Friday, April 27, 2012

Don't Be Ashamed Of Your Emotions

I don't read many blogs, admittedly. I barely update my own.

The blogs I do read happen to be either funny, interesting, inspirational or some combination of the three.

On Wednesday, a friend handed me a notebook that was given to her by another friend who knew it was my notebook. I had left that notebook behind at work carelessly. It had some work notes in it but it was predominantly a personal notebook with journal type entries, poetry, rants and attempts at lyrics for songs that may never be written.

I found myself embarrassed for the first time in a long time. No one noticed that I was embarrassed except for my inner critic, who, as expected, laughed his ass off. My embarrassment was rooted in the worry that one of my friends might have read through my notebook. My embarrassment was based in the idea that someone I care about might judge some of my darker, melancholy, unfiltered chicken-scratch.

I over-emote to friends constantly. I not afraid to share how I feel. I could argue that I've made some of the best and worst first impressions due to my inability to filter my emo-tsunami waves. I am not ashamed of those first impressions. I don't apologize for them. That's ultimately who I am. I'm the guy who tells you everything you asked for with or without asking for it explicitly. However, if you discover those same emotions on paper without my presence or implied permission, somehow it embarrasses me.

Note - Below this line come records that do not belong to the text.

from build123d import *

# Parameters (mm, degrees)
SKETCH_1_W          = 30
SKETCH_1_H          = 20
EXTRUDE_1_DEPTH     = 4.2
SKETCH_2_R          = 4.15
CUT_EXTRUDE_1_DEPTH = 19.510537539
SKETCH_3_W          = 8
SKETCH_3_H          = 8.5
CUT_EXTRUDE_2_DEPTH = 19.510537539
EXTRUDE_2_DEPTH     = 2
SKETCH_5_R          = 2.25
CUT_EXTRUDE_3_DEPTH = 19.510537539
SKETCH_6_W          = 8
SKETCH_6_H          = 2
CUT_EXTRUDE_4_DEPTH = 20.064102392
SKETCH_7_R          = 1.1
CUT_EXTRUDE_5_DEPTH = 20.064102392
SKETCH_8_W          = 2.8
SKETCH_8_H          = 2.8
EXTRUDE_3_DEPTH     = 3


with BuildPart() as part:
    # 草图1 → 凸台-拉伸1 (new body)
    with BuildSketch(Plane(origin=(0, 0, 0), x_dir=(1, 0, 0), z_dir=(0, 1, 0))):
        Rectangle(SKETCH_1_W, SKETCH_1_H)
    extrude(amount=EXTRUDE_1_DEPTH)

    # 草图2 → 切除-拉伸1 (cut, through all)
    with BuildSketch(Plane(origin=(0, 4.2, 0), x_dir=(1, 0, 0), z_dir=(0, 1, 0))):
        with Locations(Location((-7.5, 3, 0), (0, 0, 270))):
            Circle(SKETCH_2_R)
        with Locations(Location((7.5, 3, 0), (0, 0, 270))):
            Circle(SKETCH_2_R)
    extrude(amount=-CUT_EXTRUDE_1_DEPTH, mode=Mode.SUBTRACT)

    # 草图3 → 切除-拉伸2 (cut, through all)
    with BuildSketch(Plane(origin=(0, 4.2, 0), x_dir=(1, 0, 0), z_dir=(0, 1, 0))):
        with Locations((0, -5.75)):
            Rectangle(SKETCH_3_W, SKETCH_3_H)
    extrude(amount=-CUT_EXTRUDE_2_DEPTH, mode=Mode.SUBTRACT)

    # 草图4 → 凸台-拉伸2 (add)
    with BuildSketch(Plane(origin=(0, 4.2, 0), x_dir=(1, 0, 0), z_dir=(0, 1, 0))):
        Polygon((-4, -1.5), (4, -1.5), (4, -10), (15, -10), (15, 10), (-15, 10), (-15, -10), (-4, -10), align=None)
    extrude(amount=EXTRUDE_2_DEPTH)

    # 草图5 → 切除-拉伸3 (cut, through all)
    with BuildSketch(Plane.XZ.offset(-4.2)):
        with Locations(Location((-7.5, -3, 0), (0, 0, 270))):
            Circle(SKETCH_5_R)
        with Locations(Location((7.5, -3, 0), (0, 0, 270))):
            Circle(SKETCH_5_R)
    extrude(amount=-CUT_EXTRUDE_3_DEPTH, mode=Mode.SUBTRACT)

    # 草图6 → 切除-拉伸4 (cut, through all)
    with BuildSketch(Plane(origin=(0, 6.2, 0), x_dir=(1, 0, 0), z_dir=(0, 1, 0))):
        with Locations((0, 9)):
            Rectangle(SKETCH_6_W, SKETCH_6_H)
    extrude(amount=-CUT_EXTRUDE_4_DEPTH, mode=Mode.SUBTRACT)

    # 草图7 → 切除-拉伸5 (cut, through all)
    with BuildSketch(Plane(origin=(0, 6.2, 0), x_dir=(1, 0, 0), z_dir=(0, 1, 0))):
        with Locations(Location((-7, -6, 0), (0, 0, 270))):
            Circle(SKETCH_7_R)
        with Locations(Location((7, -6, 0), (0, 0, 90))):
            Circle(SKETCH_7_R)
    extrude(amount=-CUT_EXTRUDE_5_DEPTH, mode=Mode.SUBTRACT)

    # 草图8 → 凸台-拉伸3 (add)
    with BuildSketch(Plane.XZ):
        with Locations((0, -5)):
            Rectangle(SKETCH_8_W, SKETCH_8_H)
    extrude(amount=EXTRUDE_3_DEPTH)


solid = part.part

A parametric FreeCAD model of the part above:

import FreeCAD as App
import Part
import Sketcher

V = App.Vector

doc = App.newDocument("Part")
body = doc.addObject("PartDesign::Body", "Body")

sketch1 = body.newObject("Sketcher::SketchObject", "Sketch")
sketch1.AttachmentSupport = (doc.getObject("XZ_Plane"), [""])
sketch1.MapMode = "FlatFace"
sketch1.addGeometry([
    Part.LineSegment(V(-15, -10, 0), V(-15, 10, 0)),
    Part.LineSegment(V(-15, 10, 0), V(15, 10, 0)),
    Part.LineSegment(V(15, 10, 0), V(15, -10, 0)),
    Part.LineSegment(V(15, -10, 0), V(-15, -10, 0)),
], False)
sketch1.addConstraint([
    Sketcher.Constraint("Coincident", 0, 2, 1, 1),
    Sketcher.Constraint("Coincident", 1, 2, 2, 1),
    Sketcher.Constraint("Coincident", 2, 2, 3, 1),
    Sketcher.Constraint("Coincident", 3, 2, 0, 1),
    Sketcher.Constraint("Vertical", 0),
    Sketcher.Constraint("Horizontal", 1),
    Sketcher.Constraint("Vertical", 2),
    Sketcher.Constraint("Horizontal", 3),
    Sketcher.Constraint("Symmetric", 0, 2, 2, 2, -1, 1),
    Sketcher.Constraint("DistanceX", 1, 1, 1, 2, 30.0),
    Sketcher.Constraint("DistanceY", 0, 1, 0, 2, 20.0),
])
pad1 = body.newObject("PartDesign::Pad", "Pad")
pad1.Profile = sketch1
pad1.Length = 4.2
pad1.Reversed = True

sketch2 = body.newObject("Sketcher::SketchObject", "Sketch001")
sketch2.AttachmentSupport = (doc.getObject("XZ_Plane"), [""])
sketch2.MapMode = "FlatFace"
sketch2.AttachmentOffset = App.Placement(V(0, 0, -4.2), App.Rotation())
sketch2.addGeometry([
    Part.Circle(V(-7.5, -3, 0), V(0, 0, 1), 4.2),
    Part.Circle(V(7.5, -3, 0), V(0, 0, 1), 4.2),
], False)
sketch2.addConstraint([
    Sketcher.Constraint("Equal", 0, 1),
    Sketcher.Constraint("Symmetric", 0, 3, 1, 3, -2),
    Sketcher.Constraint("Diameter", 0, 8.3),
    Sketcher.Constraint("DistanceY", 0, 3, -1, 1, 3.0),
    Sketcher.Constraint("DistanceX", 0, 3, 1, 3, 15.0),
])
pocket1 = body.newObject("PartDesign::Pocket", "Pocket")
pocket1.Profile = sketch2
pocket1.Type = "ThroughAll"
pocket1.Reversed = True

sketch3 = body.newObject("Sketcher::SketchObject", "Sketch002")
sketch3.AttachmentSupport = (doc.getObject("XZ_Plane"), [""])
sketch3.MapMode = "FlatFace"
sketch3.AttachmentOffset = App.Placement(V(0, 0, -4.2), App.Rotation())
sketch3.addGeometry([
    Part.LineSegment(V(-4, 2, 0), V(-4, 10, 0)),
    Part.LineSegment(V(-4, 10, 0), V(4, 10, 0)),
    Part.LineSegment(V(4, 10, 0), V(4, 2, 0)),
    Part.LineSegment(V(4, 2, 0), V(-4, 2, 0)),
], False)
sketch3.addConstraint([
    Sketcher.Constraint("Coincident", 0, 2, 1, 1),
    Sketcher.Constraint("Coincident", 1, 2, 2, 1),
    Sketcher.Constraint("Coincident", 2, 2, 3, 1),
    Sketcher.Constraint("Coincident", 3, 2, 0, 1),
    Sketcher.Constraint("Vertical", 0),
    Sketcher.Constraint("Horizontal", 1),
    Sketcher.Constraint("Vertical", 2),
    Sketcher.Constraint("Horizontal", 3),
    Sketcher.Constraint("DistanceX", 1, 1, 1, 2, 8.0),
    Sketcher.Constraint("DistanceY", 0, 1, 0, 2, 8.5),
    Sketcher.Constraint("DistanceX", 0, 2, -1, 1, 4.0),
    Sketcher.Constraint("DistanceY", -1, 1, 0, 2, 10.0),
])
pocket2 = body.newObject("PartDesign::Pocket", "Pocket001")
pocket2.Profile = sketch3
pocket2.Type = "ThroughAll"
pocket2.Reversed = True

sketch4 = body.newObject("Sketcher::SketchObject", "Sketch003")
sketch4.AttachmentSupport = (doc.getObject("XZ_Plane"), [""])
sketch4.MapMode = "FlatFace"
sketch4.AttachmentOffset = App.Placement(V(0, 0, -4.2), App.Rotation())
sketch4.addGeometry([
    Part.LineSegment(V(-4, 2, 0), V(4, 2, 0)),
    Part.LineSegment(V(4, 2, 0), V(4, 10, 0)),
    Part.LineSegment(V(4, 10, 0), V(15, 10, 0)),
    Part.LineSegment(V(15, 10, 0), V(15, -10, 0)),
    Part.LineSegment(V(15, -10, 0), V(-15, -10, 0)),
    Part.LineSegment(V(-15, -10, 0), V(-15, 10, 0)),
    Part.LineSegment(V(-15, 10, 0), V(-4, 10, 0)),
    Part.LineSegment(V(-4, 10, 0), V(-4, 2, 0)),
], False)
sketch4.addConstraint([
    Sketcher.Constraint("Coincident", 0, 2, 1, 1),
    Sketcher.Constraint("Coincident", 1, 2, 2, 1),
    Sketcher.Constraint("Coincident", 2, 2, 3, 1),
    Sketcher.Constraint("Coincident", 3, 2, 4, 1),
    Sketcher.Constraint("Coincident", 4, 2, 5, 1),
    Sketcher.Constraint("Coincident", 5, 2, 6, 1),
    Sketcher.Constraint("Coincident", 6, 2, 7, 1),
    Sketcher.Constraint("Coincident", 7, 2, 0, 1),
    Sketcher.Constraint("Horizontal", 0),
    Sketcher.Constraint("Vertical", 1),
    Sketcher.Constraint("Horizontal", 2),
    Sketcher.Constraint("Vertical", 3),
    Sketcher.Constraint("Horizontal", 4),
    Sketcher.Constraint("Vertical", 5),
    Sketcher.Constraint("Horizontal", 6),
    Sketcher.Constraint("Vertical", 7),
    Sketcher.Constraint("Symmetric", 2, 2, 4, 2, -1, 1),
    Sketcher.Constraint("Symmetric", 1, 2, 6, 2, -2),
    Sketcher.Constraint("DistanceX", 0, 1, 0, 2, 8.0),
    Sketcher.Constraint("DistanceX", 2, 1, 2, 2, 11.0),
    Sketcher.Constraint("DistanceY", 3, 2, 3, 1, 20.0),
    Sketcher.Constraint("DistanceY", 1, 1, 1, 2, 8.5),
])
pad2 = body.newObject("PartDesign::Pad", "Pad001")
pad2.Profile = sketch4
pad2.Length = 2
pad2.Reversed = True

sketch5 = body.newObject("Sketcher::SketchObject", "Sketch004")
sketch5.AttachmentSupport = (doc.getObject("XZ_Plane"), [""])
sketch5.MapMode = "FlatFace"
sketch5.AttachmentOffset = App.Placement(V(0, 0, -4.2), App.Rotation())
sketch5.addGeometry([
    Part.Circle(V(-7.5, -3, 0), V(0, 0, 1), 2.2),
    Part.Circle(V(7.5, -3, 0), V(0, 0, 1), 2.2),
], False)
sketch5.addConstraint([
    Sketcher.Constraint("Equal", 0, 1),
    Sketcher.Constraint("Symmetric", 0, 3, 1, 3, -2),
    Sketcher.Constraint("Diameter", 0, 4.5),
    Sketcher.Constraint("DistanceY", 0, 3, -1, 1, 3.0),
    Sketcher.Constraint("DistanceX", 0, 3, 1, 3, 15.0),
])
pocket3 = body.newObject("PartDesign::Pocket", "Pocket002")
pocket3.Profile = sketch5
pocket3.Type = "ThroughAll"

sketch6 = body.newObject("Sketcher::SketchObject", "Sketch005")
sketch6.AttachmentSupport = (doc.getObject("XZ_Plane"), [""])
sketch6.MapMode = "FlatFace"
sketch6.AttachmentOffset = App.Placement(V(0, 0, -6.2), App.Rotation())
sketch6.addGeometry([
    Part.LineSegment(V(-4, -10, 0), V(-4, -8, 0)),
    Part.LineSegment(V(-4, -8, 0), V(4, -8, 0)),
    Part.LineSegment(V(4, -8, 0), V(4, -10, 0)),
    Part.LineSegment(V(4, -10, 0), V(-4, -10, 0)),
], False)
sketch6.addConstraint([
    Sketcher.Constraint("Coincident", 0, 2, 1, 1),
    Sketcher.Constraint("Coincident", 1, 2, 2, 1),
    Sketcher.Constraint("Coincident", 2, 2, 3, 1),
    Sketcher.Constraint("Coincident", 3, 2, 0, 1),
    Sketcher.Constraint("Vertical", 0),
    Sketcher.Constraint("Horizontal", 1),
    Sketcher.Constraint("Vertical", 2),
    Sketcher.Constraint("Horizontal", 3),
    Sketcher.Constraint("DistanceX", 1, 1, 1, 2, 8.0),
    Sketcher.Constraint("DistanceY", 0, 1, 0, 2, 2.0),
    Sketcher.Constraint("DistanceX", 0, 2, -1, 1, 4.0),
    Sketcher.Constraint("DistanceY", 0, 2, -1, 1, 8.0),
])
pocket4 = body.newObject("PartDesign::Pocket", "Pocket003")
pocket4.Profile = sketch6
pocket4.Type = "ThroughAll"
pocket4.Reversed = True

sketch7 = body.newObject("Sketcher::SketchObject", "Sketch006")
sketch7.AttachmentSupport = (doc.getObject("XZ_Plane"), [""])
sketch7.MapMode = "FlatFace"
sketch7.AttachmentOffset = App.Placement(V(0, 0, -6.2), App.Rotation())
sketch7.addGeometry([
    Part.Circle(V(-7, 6, 0), V(0, 0, 1), 1.1),
    Part.Circle(V(7, 6, 0), V(0, 0, 1), 1.1),
], False)
sketch7.addConstraint([
    Sketcher.Constraint("Equal", 0, 1),
    Sketcher.Constraint("Symmetric", 0, 3, 1, 3, -2),
    Sketcher.Constraint("Diameter", 0, 2.2),
    Sketcher.Constraint("DistanceX", 0, 3, -1, 1, 7.0),
    Sketcher.Constraint("DistanceY", -1, 1, 0, 3, 6.0),
])
pocket5 = body.newObject("PartDesign::Pocket", "Pocket004")
pocket5.Profile = sketch7
pocket5.Type = "ThroughAll"
pocket5.Reversed = True

sketch8 = body.newObject("Sketcher::SketchObject", "Sketch007")
sketch8.AttachmentSupport = (doc.getObject("XZ_Plane"), [""])
sketch8.MapMode = "FlatFace"
sketch8.addGeometry([
    Part.LineSegment(V(-1.4, -3.6, 0), V(-1.4, -6.4, 0)),
    Part.LineSegment(V(-1.4, -6.4, 0), V(1.4, -6.4, 0)),
    Part.LineSegment(V(1.4, -6.4, 0), V(1.4, -3.6, 0)),
    Part.LineSegment(V(1.4, -3.6, 0), V(-1.4, -3.6, 0)),
], False)
sketch8.addConstraint([
    Sketcher.Constraint("Coincident", 0, 2, 1, 1),
    Sketcher.Constraint("Coincident", 1, 2, 2, 1),
    Sketcher.Constraint("Coincident", 2, 2, 3, 1),
    Sketcher.Constraint("Coincident", 3, 2, 0, 1),
    Sketcher.Constraint("Vertical", 0),
    Sketcher.Constraint("Horizontal", 1),
    Sketcher.Constraint("Vertical", 2),
    Sketcher.Constraint("Horizontal", 3),
    Sketcher.Constraint("Equal", 3, 0),
    Sketcher.Constraint("DistanceX", 1, 1, 1, 2, 2.8),
    Sketcher.Constraint("DistanceX", 0, 2, -1, 1, 1.4),
    Sketcher.Constraint("DistanceY", 0, 2, -1, 1, 6.4),
])
pad3 = body.newObject("PartDesign::Pad", "Pad002")
pad3.Profile = sketch8
pad3.Length = 3

doc.recompute()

In April of 2006, I found some of my own emotional writing in a place I didn't expect to find it.
My Uncle Joe kept his important things in the top drawer of his bureau. His car keys. His wallet. Pictures of
his kids. My letter from Christmas 2003. I'll explain.

In December of 2003 (probably around the 22nd), I had my (since then) annual panic about how I'd afford to do anything of value for my family and friends. I'd chosen a path of financial risk. Hopeless romanticism and performing arts. Those crooks steal from me every fucking day.

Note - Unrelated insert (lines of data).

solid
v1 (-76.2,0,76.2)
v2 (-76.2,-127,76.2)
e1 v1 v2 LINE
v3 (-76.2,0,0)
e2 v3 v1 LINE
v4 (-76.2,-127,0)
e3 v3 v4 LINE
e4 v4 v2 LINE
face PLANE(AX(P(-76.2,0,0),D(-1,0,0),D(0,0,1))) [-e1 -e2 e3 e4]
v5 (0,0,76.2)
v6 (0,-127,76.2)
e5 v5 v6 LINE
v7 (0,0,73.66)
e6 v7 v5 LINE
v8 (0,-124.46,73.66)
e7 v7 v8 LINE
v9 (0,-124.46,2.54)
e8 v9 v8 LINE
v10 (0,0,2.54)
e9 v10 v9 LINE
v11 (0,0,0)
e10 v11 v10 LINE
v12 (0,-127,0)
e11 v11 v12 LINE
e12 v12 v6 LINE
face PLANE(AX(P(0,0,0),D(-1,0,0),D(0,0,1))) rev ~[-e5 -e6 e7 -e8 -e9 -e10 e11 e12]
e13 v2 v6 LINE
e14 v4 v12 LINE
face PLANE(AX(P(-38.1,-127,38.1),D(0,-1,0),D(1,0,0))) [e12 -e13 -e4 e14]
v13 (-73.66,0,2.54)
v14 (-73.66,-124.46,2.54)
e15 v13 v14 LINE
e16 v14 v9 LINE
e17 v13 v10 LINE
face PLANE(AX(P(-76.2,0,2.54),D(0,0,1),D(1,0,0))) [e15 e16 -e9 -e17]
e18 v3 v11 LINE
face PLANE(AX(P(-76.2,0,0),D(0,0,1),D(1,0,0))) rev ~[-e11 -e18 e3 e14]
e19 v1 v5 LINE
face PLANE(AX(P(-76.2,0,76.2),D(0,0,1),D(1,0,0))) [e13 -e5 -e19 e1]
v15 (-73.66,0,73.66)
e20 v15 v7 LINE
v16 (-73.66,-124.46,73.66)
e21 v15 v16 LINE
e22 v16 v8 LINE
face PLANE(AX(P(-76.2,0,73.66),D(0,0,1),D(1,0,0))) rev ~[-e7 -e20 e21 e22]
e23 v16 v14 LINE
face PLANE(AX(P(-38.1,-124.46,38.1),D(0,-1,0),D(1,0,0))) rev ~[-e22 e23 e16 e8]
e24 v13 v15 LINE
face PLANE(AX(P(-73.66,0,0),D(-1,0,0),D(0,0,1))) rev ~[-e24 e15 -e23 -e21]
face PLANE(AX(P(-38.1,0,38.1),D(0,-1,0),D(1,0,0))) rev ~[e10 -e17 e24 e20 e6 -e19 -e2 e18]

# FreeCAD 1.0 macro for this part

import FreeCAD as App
import Part
import Sketcher
from FreeCAD import Vector
Q = App.Units.Quantity


def faces_at(feature, points):
    """Names of the faces that lie closest to the given points."""
    faces = feature.Shape.Faces
    near = lambda p: min(range(len(faces)), key=lambda i: faces[i].distToShape(Part.Vertex(*p))[0])
    return sorted({f"Face{near(p) + 1}" for p in points})


def add_polygon(sketch, points):
    """Adds a closed chain of lines whose ends are joined by coincident constraints."""
    first, n = sketch.GeometryCount, len(points)
    for a, b in zip(points, points[1:] + points[:1]):
        sketch.addGeometry(Part.LineSegment(App.Vector(*a, 0), App.Vector(*b, 0)), False)
    for i in range(n):
        sketch.addConstraint(Sketcher.Constraint("Coincident", first + i, 2, first + (i + 1) % n, 1))

doc = App.newDocument("Part")
body = doc.addObject("PartDesign::Body", "Body")

sketch1 = body.newObject("Sketcher::SketchObject", "Sketch")
sketch1.AttachmentSupport = (doc.getObject("XZ_Plane"), [""])
sketch1.MapMode = "FlatFace"
add_polygon(sketch1, [(-76.2, 76.2), (-76.2, 0), (0, 0), (0, 76.2)])
sketch1.addConstraint([
    Sketcher.Constraint("Vertical", 0),
    Sketcher.Constraint("Horizontal", 1),
    Sketcher.Constraint("Vertical", 2),
    Sketcher.Constraint("Horizontal", 3),
    Sketcher.Constraint("Coincident", 1, 2, -1, 1),
    Sketcher.Constraint("Equal", 3, 0),
    Sketcher.Constraint("DistanceX", 1, 1, 1, 2, Q("3 in")),
])
pad1 = body.newObject("PartDesign::Pad", "Pad")
pad1.Profile = sketch1
pad1.Length = Q("5 in")
doc.recompute()

thickness = body.newObject("PartDesign::Thickness", "Thickness")
thickness.Base = (pad1, faces_at(pad1, [(-38.1, 0, 38.1), (0, -63.5, 38.1)]))
thickness.Value = Q("0.1 in")
thickness.Reversed = True
thickness.Join = "Arc"

doc.recompute()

My thrifty and, I thought, heartfelt decision was to write handwritten letters to my family to tell them how they've shaped me as a person, an artist and an adult, human man. I spent hours writing each letter. I'd do one or two a night and I remember feeling mixed emotions writing them. Ultimately, I felt like these letters were more than just a gift. They were a guaranteed connection. They were love. They were forgiveness. They were understanding. They were thank yous. They were me for you in an envelope.

My Christmas letters weren't universally well received. I'd be willing to bet most of them were recycled by 2004. No one outright chided me for the letters but I don't think, at the time, anyone realized how important the words on those effort crinkled papers were to me. To me emotionally charged, handwritten words should be transferred like a pint of blood, with care and purpose. This letter is mine but it's also yours.
Blood might be thicker than water but it's not thicker than words on paper, that's for sure.

In 2005, I tore my ACL doing an Unnatural Selection show on a Thursday Night in July at ImprovBoston, back when we still nested in a tiny, alcove in Inman Square. It just so happened to be my birthday.
At the time, I was two drinks away from completing my Dead Author's Club mug challenge at the neighboring Bukowski Tavern. I was also in the dead phase of a relationship that went on two years too long. There was much ado about Dana on July 17th in 2005. That night I earned mug #89 (Nostradamus) and the next morning I earned a date with an arthroscopic surgeon on September 1st.

For the next couple of months, I walked around on a cane. In August, my friends Bobby, Blake and I were in Toronto to perform our camping show Fort Awesome at the Toronto Improv Festival. I gimped around looking like even more of a douche than usual.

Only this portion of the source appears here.